From d8e900a16250e2e88db22064e949ac19cf841cd2 Mon Sep 17 00:00:00 2001
From: peter <peter.reijnders@verpeteren.nl>
Date: Mon, 14 Aug 2023 14:24:48 +0200
Subject: [PATCH 1/5] chore: doc prelude

---
 src/lib.rs | 1 +
 1 file changed, 1 insertion(+)
diff --git a/src/lib.rs b/src/lib.rs
index f2b06b8..a683cb6 100644
--- a/src/lib.rs
+++ b/src/lib.rs
@@ -49,6 +49,7 @@
 //! # Example
 //!
 //! ```rust
+//!     use simdeez::prelude::*;
 //!     use simdeez::*;
 //!     use simdeez::scalar::*;
 //!     use simdeez::sse2::*;

From e34aa8b90c86644ad01dda6e59563c2f8f62fdea Mon Sep 17 00:00:00 2001
From: peter <peter.reijnders@verpeteren.nl>
Date: Mon, 14 Aug 2023 14:25:12 +0200
Subject: [PATCH 2/5] chore: doc disable nondoc comment

---
 src/lib.rs | 2 +-
 1 file changed, 1 insertion(+), 1 deletion(-)

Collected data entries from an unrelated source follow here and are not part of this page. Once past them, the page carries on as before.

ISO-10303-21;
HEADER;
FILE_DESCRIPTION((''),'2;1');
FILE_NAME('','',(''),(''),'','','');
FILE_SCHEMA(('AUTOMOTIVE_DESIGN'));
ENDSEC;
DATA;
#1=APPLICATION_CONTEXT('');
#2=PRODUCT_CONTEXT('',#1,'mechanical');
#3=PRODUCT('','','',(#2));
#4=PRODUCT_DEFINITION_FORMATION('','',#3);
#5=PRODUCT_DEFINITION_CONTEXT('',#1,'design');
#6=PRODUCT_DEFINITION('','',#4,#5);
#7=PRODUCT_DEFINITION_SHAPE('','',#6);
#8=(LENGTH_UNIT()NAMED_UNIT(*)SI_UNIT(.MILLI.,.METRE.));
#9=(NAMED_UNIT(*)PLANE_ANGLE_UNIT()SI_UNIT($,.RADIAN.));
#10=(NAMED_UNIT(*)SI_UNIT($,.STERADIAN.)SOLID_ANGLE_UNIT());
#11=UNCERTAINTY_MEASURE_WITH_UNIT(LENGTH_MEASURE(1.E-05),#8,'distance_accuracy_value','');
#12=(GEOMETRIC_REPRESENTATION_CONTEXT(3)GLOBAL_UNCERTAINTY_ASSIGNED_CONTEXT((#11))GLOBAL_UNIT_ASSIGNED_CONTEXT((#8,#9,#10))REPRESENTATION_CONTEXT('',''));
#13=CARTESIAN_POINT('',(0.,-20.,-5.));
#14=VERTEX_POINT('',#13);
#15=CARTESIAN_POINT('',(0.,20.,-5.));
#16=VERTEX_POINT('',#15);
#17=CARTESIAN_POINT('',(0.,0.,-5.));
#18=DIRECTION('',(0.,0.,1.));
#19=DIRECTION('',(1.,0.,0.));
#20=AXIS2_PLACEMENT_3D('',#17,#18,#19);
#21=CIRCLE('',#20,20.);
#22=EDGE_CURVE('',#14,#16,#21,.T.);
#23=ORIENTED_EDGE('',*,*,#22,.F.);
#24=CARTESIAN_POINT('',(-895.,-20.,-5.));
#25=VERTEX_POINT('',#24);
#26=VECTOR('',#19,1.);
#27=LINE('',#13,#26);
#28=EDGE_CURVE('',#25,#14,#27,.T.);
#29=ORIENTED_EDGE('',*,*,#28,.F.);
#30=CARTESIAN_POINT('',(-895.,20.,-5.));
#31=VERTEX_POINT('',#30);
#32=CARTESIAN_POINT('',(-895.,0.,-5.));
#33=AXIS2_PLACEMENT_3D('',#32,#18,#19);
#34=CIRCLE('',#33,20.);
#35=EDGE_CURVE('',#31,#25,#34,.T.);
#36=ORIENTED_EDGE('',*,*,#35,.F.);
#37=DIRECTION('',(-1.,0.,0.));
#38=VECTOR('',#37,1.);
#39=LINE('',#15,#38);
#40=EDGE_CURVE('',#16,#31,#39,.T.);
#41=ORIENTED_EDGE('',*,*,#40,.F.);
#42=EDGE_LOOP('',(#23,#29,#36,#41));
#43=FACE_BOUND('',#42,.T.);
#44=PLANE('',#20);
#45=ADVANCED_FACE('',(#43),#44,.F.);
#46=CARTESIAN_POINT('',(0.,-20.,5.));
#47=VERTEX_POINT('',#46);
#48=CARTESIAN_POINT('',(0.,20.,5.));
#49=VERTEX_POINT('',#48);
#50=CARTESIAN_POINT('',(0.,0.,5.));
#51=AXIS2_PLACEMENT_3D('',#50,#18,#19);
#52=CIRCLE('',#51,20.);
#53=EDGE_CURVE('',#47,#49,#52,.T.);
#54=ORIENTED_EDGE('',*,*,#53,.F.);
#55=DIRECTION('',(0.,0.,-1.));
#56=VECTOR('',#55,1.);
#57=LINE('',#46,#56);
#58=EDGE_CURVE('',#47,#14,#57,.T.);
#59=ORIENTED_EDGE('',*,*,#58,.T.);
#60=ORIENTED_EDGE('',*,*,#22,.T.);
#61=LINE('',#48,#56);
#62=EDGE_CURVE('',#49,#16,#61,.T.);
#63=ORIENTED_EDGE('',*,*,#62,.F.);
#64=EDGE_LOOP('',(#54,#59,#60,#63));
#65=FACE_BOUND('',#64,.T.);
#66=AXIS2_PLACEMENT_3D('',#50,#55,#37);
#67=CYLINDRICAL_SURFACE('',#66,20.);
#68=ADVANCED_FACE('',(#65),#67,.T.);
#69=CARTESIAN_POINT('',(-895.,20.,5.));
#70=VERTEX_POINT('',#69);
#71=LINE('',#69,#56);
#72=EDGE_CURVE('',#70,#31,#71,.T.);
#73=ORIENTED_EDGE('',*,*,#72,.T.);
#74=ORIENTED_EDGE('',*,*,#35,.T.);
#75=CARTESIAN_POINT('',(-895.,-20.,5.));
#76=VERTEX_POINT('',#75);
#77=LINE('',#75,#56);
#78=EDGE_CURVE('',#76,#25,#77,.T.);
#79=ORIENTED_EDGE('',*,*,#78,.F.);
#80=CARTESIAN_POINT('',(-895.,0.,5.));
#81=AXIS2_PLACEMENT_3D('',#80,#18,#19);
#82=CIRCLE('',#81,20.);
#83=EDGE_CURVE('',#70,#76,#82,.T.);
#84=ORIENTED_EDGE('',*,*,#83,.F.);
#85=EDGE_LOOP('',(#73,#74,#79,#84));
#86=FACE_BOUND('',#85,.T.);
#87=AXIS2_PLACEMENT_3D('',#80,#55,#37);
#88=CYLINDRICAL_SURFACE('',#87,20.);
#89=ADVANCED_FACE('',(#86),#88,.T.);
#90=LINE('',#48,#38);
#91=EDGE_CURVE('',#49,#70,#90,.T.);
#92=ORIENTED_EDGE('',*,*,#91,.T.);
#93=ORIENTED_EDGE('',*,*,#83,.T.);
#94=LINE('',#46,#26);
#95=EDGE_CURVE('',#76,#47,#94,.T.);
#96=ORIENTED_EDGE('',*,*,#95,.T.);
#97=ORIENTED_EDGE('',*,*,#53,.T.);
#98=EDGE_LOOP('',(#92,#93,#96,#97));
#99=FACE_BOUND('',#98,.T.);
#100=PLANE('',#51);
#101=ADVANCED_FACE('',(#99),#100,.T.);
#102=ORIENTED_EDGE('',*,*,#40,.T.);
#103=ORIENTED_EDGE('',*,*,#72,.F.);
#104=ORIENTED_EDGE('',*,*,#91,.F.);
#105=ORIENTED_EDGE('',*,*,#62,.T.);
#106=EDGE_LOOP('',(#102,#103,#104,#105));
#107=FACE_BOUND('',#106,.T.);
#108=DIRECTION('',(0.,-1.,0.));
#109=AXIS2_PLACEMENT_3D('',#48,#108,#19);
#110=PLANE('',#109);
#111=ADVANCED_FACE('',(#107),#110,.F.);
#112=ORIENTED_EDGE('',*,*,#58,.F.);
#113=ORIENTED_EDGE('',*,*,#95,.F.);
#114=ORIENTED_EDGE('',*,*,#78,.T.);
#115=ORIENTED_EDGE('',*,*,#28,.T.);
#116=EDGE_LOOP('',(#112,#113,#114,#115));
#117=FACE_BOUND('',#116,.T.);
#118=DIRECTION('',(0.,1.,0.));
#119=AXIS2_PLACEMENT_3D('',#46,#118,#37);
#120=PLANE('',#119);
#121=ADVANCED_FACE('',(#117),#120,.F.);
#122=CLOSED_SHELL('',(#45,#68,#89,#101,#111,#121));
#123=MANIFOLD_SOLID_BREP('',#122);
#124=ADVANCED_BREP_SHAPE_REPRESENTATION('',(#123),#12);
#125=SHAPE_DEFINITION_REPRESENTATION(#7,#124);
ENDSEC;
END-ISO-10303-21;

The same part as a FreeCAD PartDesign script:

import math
import FreeCAD as App
import Part
import Sketcher

V = App.Vector
Q = App.Units.Quantity

doc = App.newDocument("Part")
body = doc.addObject("PartDesign::Body", "Body")

# Sketch on XY plane
sketch1 = body.newObject("Sketcher::SketchObject", "Sketch")
sketch1.AttachmentSupport = (doc.getObject("XY_Plane"), [""])
sketch1.MapMode = "FlatFace"
sketch1.addGeometry([
    Part.LineSegment(V(-895, -20, 0), V(0, -20, 0)),
    Part.ArcOfCircle(Part.Circle(V(0, 0, 0), V(0, 0, 1), 20), math.radians(-90), math.radians(90)),
    Part.LineSegment(V(0, 20, 0), V(-895, 20, 0)),
    Part.ArcOfCircle(Part.Circle(V(-895, 0, 0), V(0, 0, 1), 20), math.radians(90), math.radians(270)),
], False)
sketch1.addConstraint([
    Sketcher.Constraint("Tangent", 0, 2, 1, 1),
    Sketcher.Constraint("Tangent", 1, 2, 2, 1),
    Sketcher.Constraint("Tangent", 2, 2, 3, 1),
    Sketcher.Constraint("Tangent", 3, 2, 0, 1),
    Sketcher.Constraint("Horizontal", 0),
    Sketcher.Constraint("Horizontal", 2),
    Sketcher.Constraint("Coincident", 1, 3, -1, 1),
    Sketcher.Constraint("Radius", 1, Q("20 mm")),
    Sketcher.Constraint("DistanceX", 0, 1, 0, 2, Q("895 mm")),
])
pad1 = body.newObject("PartDesign::Pad", "Pad")
pad1.Profile = sketch1
pad1.Length = 10
pad1.Midplane = True

doc.recompute()
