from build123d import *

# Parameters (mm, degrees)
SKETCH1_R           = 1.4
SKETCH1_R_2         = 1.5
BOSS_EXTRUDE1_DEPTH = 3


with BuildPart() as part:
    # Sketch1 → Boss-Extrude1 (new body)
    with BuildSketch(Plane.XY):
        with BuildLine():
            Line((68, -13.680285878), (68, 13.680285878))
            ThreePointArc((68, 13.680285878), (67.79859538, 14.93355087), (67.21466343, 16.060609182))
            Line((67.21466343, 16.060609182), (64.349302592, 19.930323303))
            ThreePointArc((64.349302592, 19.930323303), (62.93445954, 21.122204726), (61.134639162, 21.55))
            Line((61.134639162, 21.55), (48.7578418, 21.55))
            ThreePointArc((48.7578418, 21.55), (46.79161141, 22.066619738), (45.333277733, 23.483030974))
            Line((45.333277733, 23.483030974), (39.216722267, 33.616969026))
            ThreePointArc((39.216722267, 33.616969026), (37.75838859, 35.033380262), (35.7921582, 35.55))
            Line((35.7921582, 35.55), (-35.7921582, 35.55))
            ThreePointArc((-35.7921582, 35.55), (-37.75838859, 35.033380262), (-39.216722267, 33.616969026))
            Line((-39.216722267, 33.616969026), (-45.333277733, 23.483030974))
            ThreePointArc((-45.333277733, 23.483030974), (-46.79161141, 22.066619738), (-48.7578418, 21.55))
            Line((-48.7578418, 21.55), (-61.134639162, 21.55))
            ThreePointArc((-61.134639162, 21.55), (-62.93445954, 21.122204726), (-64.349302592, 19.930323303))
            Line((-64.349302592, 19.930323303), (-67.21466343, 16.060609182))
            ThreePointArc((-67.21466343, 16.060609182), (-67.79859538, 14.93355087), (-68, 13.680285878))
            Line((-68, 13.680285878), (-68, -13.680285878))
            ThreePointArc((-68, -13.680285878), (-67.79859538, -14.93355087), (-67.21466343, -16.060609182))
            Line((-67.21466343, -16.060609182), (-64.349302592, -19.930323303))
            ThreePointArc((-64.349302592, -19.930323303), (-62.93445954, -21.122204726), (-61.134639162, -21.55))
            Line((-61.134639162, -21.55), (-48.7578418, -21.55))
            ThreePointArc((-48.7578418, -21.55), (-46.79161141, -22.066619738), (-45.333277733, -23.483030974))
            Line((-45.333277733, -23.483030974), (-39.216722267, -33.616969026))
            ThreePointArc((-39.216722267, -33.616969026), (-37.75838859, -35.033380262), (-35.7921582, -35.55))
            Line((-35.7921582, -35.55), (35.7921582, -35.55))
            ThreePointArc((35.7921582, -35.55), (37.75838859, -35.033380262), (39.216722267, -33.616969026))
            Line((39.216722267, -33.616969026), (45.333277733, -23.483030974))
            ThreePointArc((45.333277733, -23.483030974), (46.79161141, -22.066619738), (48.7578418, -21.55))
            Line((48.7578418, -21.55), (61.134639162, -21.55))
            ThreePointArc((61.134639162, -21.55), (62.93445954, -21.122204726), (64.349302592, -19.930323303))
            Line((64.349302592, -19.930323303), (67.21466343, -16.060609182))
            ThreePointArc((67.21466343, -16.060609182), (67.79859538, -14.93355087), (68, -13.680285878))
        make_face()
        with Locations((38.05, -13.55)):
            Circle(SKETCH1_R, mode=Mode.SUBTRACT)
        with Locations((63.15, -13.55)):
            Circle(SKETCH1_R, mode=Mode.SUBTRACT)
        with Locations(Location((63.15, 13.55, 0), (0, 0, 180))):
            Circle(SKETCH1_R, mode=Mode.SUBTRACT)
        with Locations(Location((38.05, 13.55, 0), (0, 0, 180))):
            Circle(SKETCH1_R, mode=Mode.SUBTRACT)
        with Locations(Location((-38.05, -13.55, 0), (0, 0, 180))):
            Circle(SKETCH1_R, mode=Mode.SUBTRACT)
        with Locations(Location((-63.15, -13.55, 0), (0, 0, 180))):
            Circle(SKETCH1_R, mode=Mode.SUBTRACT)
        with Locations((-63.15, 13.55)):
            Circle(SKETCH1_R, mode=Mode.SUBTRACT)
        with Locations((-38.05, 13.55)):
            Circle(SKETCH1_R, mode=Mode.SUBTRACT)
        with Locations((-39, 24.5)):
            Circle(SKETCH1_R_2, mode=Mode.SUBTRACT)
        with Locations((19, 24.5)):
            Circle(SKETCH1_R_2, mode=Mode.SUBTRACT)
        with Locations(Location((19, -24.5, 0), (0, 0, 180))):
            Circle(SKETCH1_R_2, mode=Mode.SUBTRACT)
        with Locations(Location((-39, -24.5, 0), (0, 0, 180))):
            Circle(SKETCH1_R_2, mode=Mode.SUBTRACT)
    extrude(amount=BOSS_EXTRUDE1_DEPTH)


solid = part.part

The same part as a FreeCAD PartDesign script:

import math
import FreeCAD as App
import Part
import Sketcher
from FreeCAD import Vector

doc = App.newDocument("Part")
body = doc.addObject("PartDesign::Body", "Body")

# Sketch on XY plane
sketch1 = body.newObject("Sketcher::SketchObject", "Sketch")
sketch1.AttachmentSupport = (doc.getObject("XY_Plane"), [""])
sketch1.MapMode = "FlatFace"
sketch1.addGeometry([
    Part.LineSegment(Vector(68, -13.680286, 0), Vector(68, 13.680286, 0)),  # 0
    Part.ArcOfCircle(Part.Circle(Vector(64, 13.680286, 0), Vector(0, 0, 1), 4), math.radians(0), math.radians(36.518394)),  # 1
    Part.LineSegment(Vector(67.214663, 16.060609, 0), Vector(64.349303, 19.930323, 0)),  # 2
    Part.ArcOfCircle(Part.Circle(Vector(61.134639, 17.55, 0), Vector(0, 0, 1), 4), math.radians(36.518394), math.radians(90)),  # 3
    Part.LineSegment(Vector(61.134639, 21.55, 0), Vector(48.757842, 21.55, 0)),  # 4
    Part.ArcOfCircle(Part.Circle(Vector(48.757842, 25.55, 0), Vector(0, 0, 1), 4), math.radians(-148.886019), math.radians(-90)),  # 5
    Part.LineSegment(Vector(45.333278, 23.483031, 0), Vector(39.216722, 33.616969, 0)),  # 6
    Part.ArcOfCircle(Part.Circle(Vector(35.792158, 31.55, 0), Vector(0, 0, 1), 4), math.radians(31.113981), math.radians(90)),  # 7
    Part.LineSegment(Vector(35.792158, 35.55, 0), Vector(-35.792158, 35.55, 0)),  # 8
    Part.ArcOfCircle(Part.Circle(Vector(-35.792158, 31.55, 0), Vector(0, 0, 1), 4), math.radians(90), math.radians(148.886019)),  # 9
    Part.LineSegment(Vector(-39.216722, 33.616969, 0), Vector(-45.333278, 23.483031, 0)),  # 10
    Part.ArcOfCircle(Part.Circle(Vector(-48.757842, 25.55, 0), Vector(0, 0, 1), 4), math.radians(-90), math.radians(-31.113981)),  # 11
    Part.LineSegment(Vector(-48.757842, 21.55, 0), Vector(-61.134639, 21.55, 0)),  # 12
    Part.ArcOfCircle(Part.Circle(Vector(-61.134639, 17.55, 0), Vector(0, 0, 1), 4), math.radians(90), math.radians(143.481606)),  # 13
    Part.LineSegment(Vector(-64.349303, 19.930323, 0), Vector(-67.214663, 16.060609, 0)),  # 14
    Part.ArcOfCircle(Part.Circle(Vector(-64, 13.680286, 0), Vector(0, 0, 1), 4), math.radians(143.481606), math.radians(180)),  # 15
    Part.LineSegment(Vector(-68, 13.680286, 0), Vector(-68, -13.680286, 0)),  # 16
    Part.ArcOfCircle(Part.Circle(Vector(-64, -13.680286, 0), Vector(0, 0, 1), 4), math.radians(180), math.radians(216.518394)),  # 17
    Part.LineSegment(Vector(-67.214663, -16.060609, 0), Vector(-64.349303, -19.930323, 0)),  # 18
    Part.ArcOfCircle(Part.Circle(Vector(-61.134639, -17.55, 0), Vector(0, 0, 1), 4), math.radians(-143.481606), math.radians(-90)),  # 19
    Part.LineSegment(Vector(-61.134639, -21.55, 0), Vector(-48.757842, -21.55, 0)),  # 20
    Part.ArcOfCircle(Part.Circle(Vector(-48.757842, -25.55, 0), Vector(0, 0, 1), 4), math.radians(31.113981), math.radians(90)),  # 21
    Part.LineSegment(Vector(-45.333278, -23.483031, 0), Vector(-39.216722, -33.616969, 0)),  # 22
    Part.ArcOfCircle(Part.Circle(Vector(-35.792158, -31.55, 0), Vector(0, 0, 1), 4), math.radians(-148.886019), math.radians(-90)),  # 23
    Part.LineSegment(Vector(-35.792158, -35.55, 0), Vector(35.792158, -35.55, 0)),  # 24
    Part.ArcOfCircle(Part.Circle(Vector(35.792158, -31.55, 0), Vector(0, 0, 1), 4), math.radians(-90), math.radians(-31.113981)),  # 25
    Part.LineSegment(Vector(39.216722, -33.616969, 0), Vector(45.333278, -23.483031, 0)),  # 26
    Part.ArcOfCircle(Part.Circle(Vector(48.757842, -25.55, 0), Vector(0, 0, 1), 4), math.radians(90), math.radians(148.886019)),  # 27
    Part.LineSegment(Vector(48.757842, -21.55, 0), Vector(61.134639, -21.55, 0)),  # 28
    Part.ArcOfCircle(Part.Circle(Vector(61.134639, -17.55, 0), Vector(0, 0, 1), 4), math.radians(-90), math.radians(-36.518394)),  # 29
    Part.LineSegment(Vector(64.349303, -19.930323, 0), Vector(67.214663, -16.060609, 0)),  # 30
    Part.ArcOfCircle(Part.Circle(Vector(64, -13.680286, 0), Vector(0, 0, 1), 4), math.radians(-36.518394), math.radians(0)),  # 31
    Part.Circle(Vector(-39, -24.5, 0), Vector(0, 0, 1), 1.5),  # 32
    Part.Circle(Vector(-63.15, -13.55, 0), Vector(0, 0, 1), 1.4),  # 33
    Part.Circle(Vector(-38.05, -13.55, 0), Vector(0, 0, 1), 1.4),  # 34
    Part.Circle(Vector(19, -24.5, 0), Vector(0, 0, 1), 1.5),  # 35
    Part.Circle(Vector(38.05, -13.55, 0), Vector(0, 0, 1), 1.4),  # 36
    Part.Circle(Vector(63.15, -13.55, 0), Vector(0, 0, 1), 1.4),  # 37
    Part.Circle(Vector(-63.15, 13.55, 0), Vector(0, 0, 1), 1.4),  # 38
    Part.Circle(Vector(-38.05, 13.55, 0), Vector(0, 0, 1), 1.4),  # 39
    Part.Circle(Vector(-39, 24.5, 0), Vector(0, 0, 1), 1.5),  # 40
    Part.Circle(Vector(19, 24.5, 0), Vector(0, 0, 1), 1.5),  # 41
    Part.Circle(Vector(38.05, 13.55, 0), Vector(0, 0, 1), 1.4),  # 42
    Part.Circle(Vector(63.15, 13.55, 0), Vector(0, 0, 1), 1.4),  # 43
], False)
sketch1.addConstraint([
    Sketcher.Constraint("Tangent", 0, 2, 1, 1),
    Sketcher.Constraint("Tangent", 1, 2, 2, 1),
    Sketcher.Constraint("Tangent", 2, 2, 3, 1),
    Sketcher.Constraint("Tangent", 3, 2, 4, 1),
    Sketcher.Constraint("Tangent", 4, 2, 5, 2),
    Sketcher.Constraint("Tangent", 5, 1, 6, 1),
    Sketcher.Constraint("Tangent", 6, 2, 7, 1),
    Sketcher.Constraint("Tangent", 7, 2, 8, 1),
    Sketcher.Constraint("Tangent", 8, 2, 9, 1),
    Sketcher.Constraint("Tangent", 9, 2, 10, 1),
    Sketcher.Constraint("Tangent", 10, 2, 11, 2),
    Sketcher.Constraint("Tangent", 11, 1, 12, 1),
    Sketcher.Constraint("Tangent", 12, 2, 13, 1),
    Sketcher.Constraint("Tangent", 13, 2, 14, 1),
    Sketcher.Constraint("Tangent", 14, 2, 15, 1),
    Sketcher.Constraint("Tangent", 15, 2, 16, 1),
    Sketcher.Constraint("Tangent", 16, 2, 17, 1),
    Sketcher.Constraint("Tangent", 17, 2, 18, 1),
    Sketcher.Constraint("Tangent", 18, 2, 19, 1),
    Sketcher.Constraint("Tangent", 19, 2, 20, 1),
    Sketcher.Constraint("Tangent", 20, 2, 21, 2),
    Sketcher.Constraint("Tangent", 21, 1, 22, 1),
    Sketcher.Constraint("Tangent", 22, 2, 23, 1),
    Sketcher.Constraint("Tangent", 23, 2, 24, 1),
    Sketcher.Constraint("Tangent", 24, 2, 25, 1),
    Sketcher.Constraint("Tangent", 25, 2, 26, 1),
    Sketcher.Constraint("Tangent", 26, 2, 27, 2),
    Sketcher.Constraint("Tangent", 27, 1, 28, 1),
    Sketcher.Constraint("Tangent", 28, 2, 29, 1),
    Sketcher.Constraint("Tangent", 29, 2, 30, 1),
    Sketcher.Constraint("Tangent", 30, 2, 31, 1),
    Sketcher.Constraint("Tangent", 31, 2, 0, 1),
    Sketcher.Constraint("Vertical", 0),
    Sketcher.Constraint("Horizontal", 4),
    Sketcher.Constraint("Horizontal", 8),
    Sketcher.Constraint("Horizontal", 12),
    Sketcher.Constraint("Vertical", 16),
    Sketcher.Constraint("Horizontal", 20),
    Sketcher.Constraint("Horizontal", 24),
    Sketcher.Constraint("Horizontal", 28),
    Sketcher.Constraint("Equal", 1, 3),
    Sketcher.Constraint("Equal", 3, 5),
    Sketcher.Constraint("Equal", 5, 7),
    Sketcher.Constraint("Equal", 7, 9),
    Sketcher.Constraint("Equal", 9, 11),
    Sketcher.Constraint("Equal", 11, 13),
    Sketcher.Constraint("Equal", 13, 15),
    Sketcher.Constraint("Equal", 15, 17),
    Sketcher.Constraint("Equal", 17, 19),
    Sketcher.Constraint("Equal", 19, 21),
    Sketcher.Constraint("Equal", 21, 23),
    Sketcher.Constraint("Equal", 23, 25),
    Sketcher.Constraint("Equal", 25, 27),
    Sketcher.Constraint("Equal", 27, 29),
    Sketcher.Constraint("Equal", 29, 31),
    Sketcher.Constraint("Equal", 33, 34),
    Sketcher.Constraint("Equal", 32, 35),
    Sketcher.Constraint("Equal", 34, 36),
    Sketcher.Constraint("Equal", 36, 37),
    Sketcher.Constraint("Equal", 37, 38),
    Sketcher.Constraint("Equal", 38, 39),
    Sketcher.Constraint("Equal", 35, 40),
    Sketcher.Constraint("Equal", 40, 41),
    Sketcher.Constraint("Equal", 39, 42),
    Sketcher.Constraint("Equal", 42, 43),
    Sketcher.Constraint("Symmetric", 1, 3, 17, 3, -1, 1),
    Sketcher.Constraint("Symmetric", 3, 3, 19, 3, -1, 1),
    Sketcher.Constraint("Symmetric", 7, 3, 23, 3, -1, 1),
    Sketcher.Constraint("Symmetric", 11, 3, 27, 3, -1, 1),
    Sketcher.Constraint("Symmetric", 37, 3, 38, 3, -1, 1),
    Sketcher.Constraint("Symmetric", 36, 3, 39, 3, -1, 1),
    Sketcher.Constraint("Symmetric", 34, 3, 42, 3, -1, 1),
    Sketcher.Constraint("Symmetric", 33, 3, 43, 3, -1, 1),
    Sketcher.Constraint("Symmetric", 13, 2, 29, 2, -1, 1),
    Sketcher.Constraint("Symmetric", 5, 3, 11, 3, -2),
    Sketcher.Constraint("Symmetric", 34, 3, 36, 3, -2),
    Sketcher.Constraint("Symmetric", 33, 3, 37, 3, -2),
    Sketcher.Constraint("Symmetric", 2, 2, 13, 2, -2),
    Sketcher.Constraint("Symmetric", 22, 2, 25, 2, -2),
    Sketcher.Constraint("Symmetric", 32, 3, 40, 3, -1),
    Sketcher.Constraint("Symmetric", 35, 3, 41, 3, -1),
    Sketcher.Constraint("Parallel", 10, 26),
    Sketcher.Constraint("Horizontal", 33, 3, 34, 3),
    Sketcher.Constraint("Horizontal", 32, 3, 35, 3),
    Sketcher.Constraint("Diameter", 32, 3.0),
    Sketcher.Constraint("Radius", 1, 4.0),
    Sketcher.Constraint("Diameter", 33, 2.8),
    Sketcher.Constraint("DistanceX", -1, 1, 1, 3, 64.0),
    Sketcher.Constraint("DistanceX", 32, 3, -1, 1, 39.0),
    Sketcher.Constraint("DistanceX", -1, 1, 35, 3, 19.0),
    Sketcher.Constraint("DistanceY", 5, 3, 7, 3, 6.0),
    Sketcher.Constraint("DistanceY", 19, 3, 33, 3, 4.0),
    Sketcher.Constraint("DistanceY", 32, 3, -1, 1, 24.5),
    Sketcher.Constraint("DistanceY", 19, 3, 13, 3, 35.1),
    Sketcher.Constraint("DistanceX", 33, 3, 34, 3, 25.1),
    Sketcher.Constraint("DistanceX", 33, 3, -1, 1, 63.15),
    Sketcher.Constraint("DistanceX", 9, 3, 5, 3, 84.55),
    Sketcher.Constraint("DistanceY", 0, 1, 0, 2, 27.360572),
    Sketcher.Constraint("Distance", 2, 4.815078),
    Sketcher.Constraint("DistanceX", 4, 2, 4, 1, 12.376797),
])
pad1 = body.newObject("PartDesign::Pad", "Pad")
pad1.Profile = sketch1
pad1.Length = 3

doc.recompute()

diff --git a/src/lib.rs b/src/lib.rs
index a683cb6..768d291 100644
--- a/src/lib.rs
+++ b/src/lib.rs
@@ -67,7 +67,7 @@
 //!         let mut result: Vec<f32> = Vec::with_capacity(x1.len());
 //!         result.set_len(x1.len()); // for efficiency
 //!
-//!         /// Set each slice to the same length for iteration efficiency
+//!         // Set each slice to the same length for iteration efficiency
 //!         let mut x1 = &x1[..x1.len()];
 //!         let mut y1 = &y1[..x1.len()];
 //!         let mut x2 = &x2[..x1.len()];

From 7554f6526256975a4ec00946ec9acc9dc743d932 Mon Sep 17 00:00:00 2001
From: peter <peter.reijnders@verpeteren.nl>
Date: Mon, 14 Aug 2023 14:26:44 +0200
Subject: [PATCH 3/5] chore: doc deprecated VF32_WIDTH into Vf32::WIDTH

---
 src/lib.rs | 16 ++++++++--------
 1 file changed, 8 insertions(+), 8 deletions(-)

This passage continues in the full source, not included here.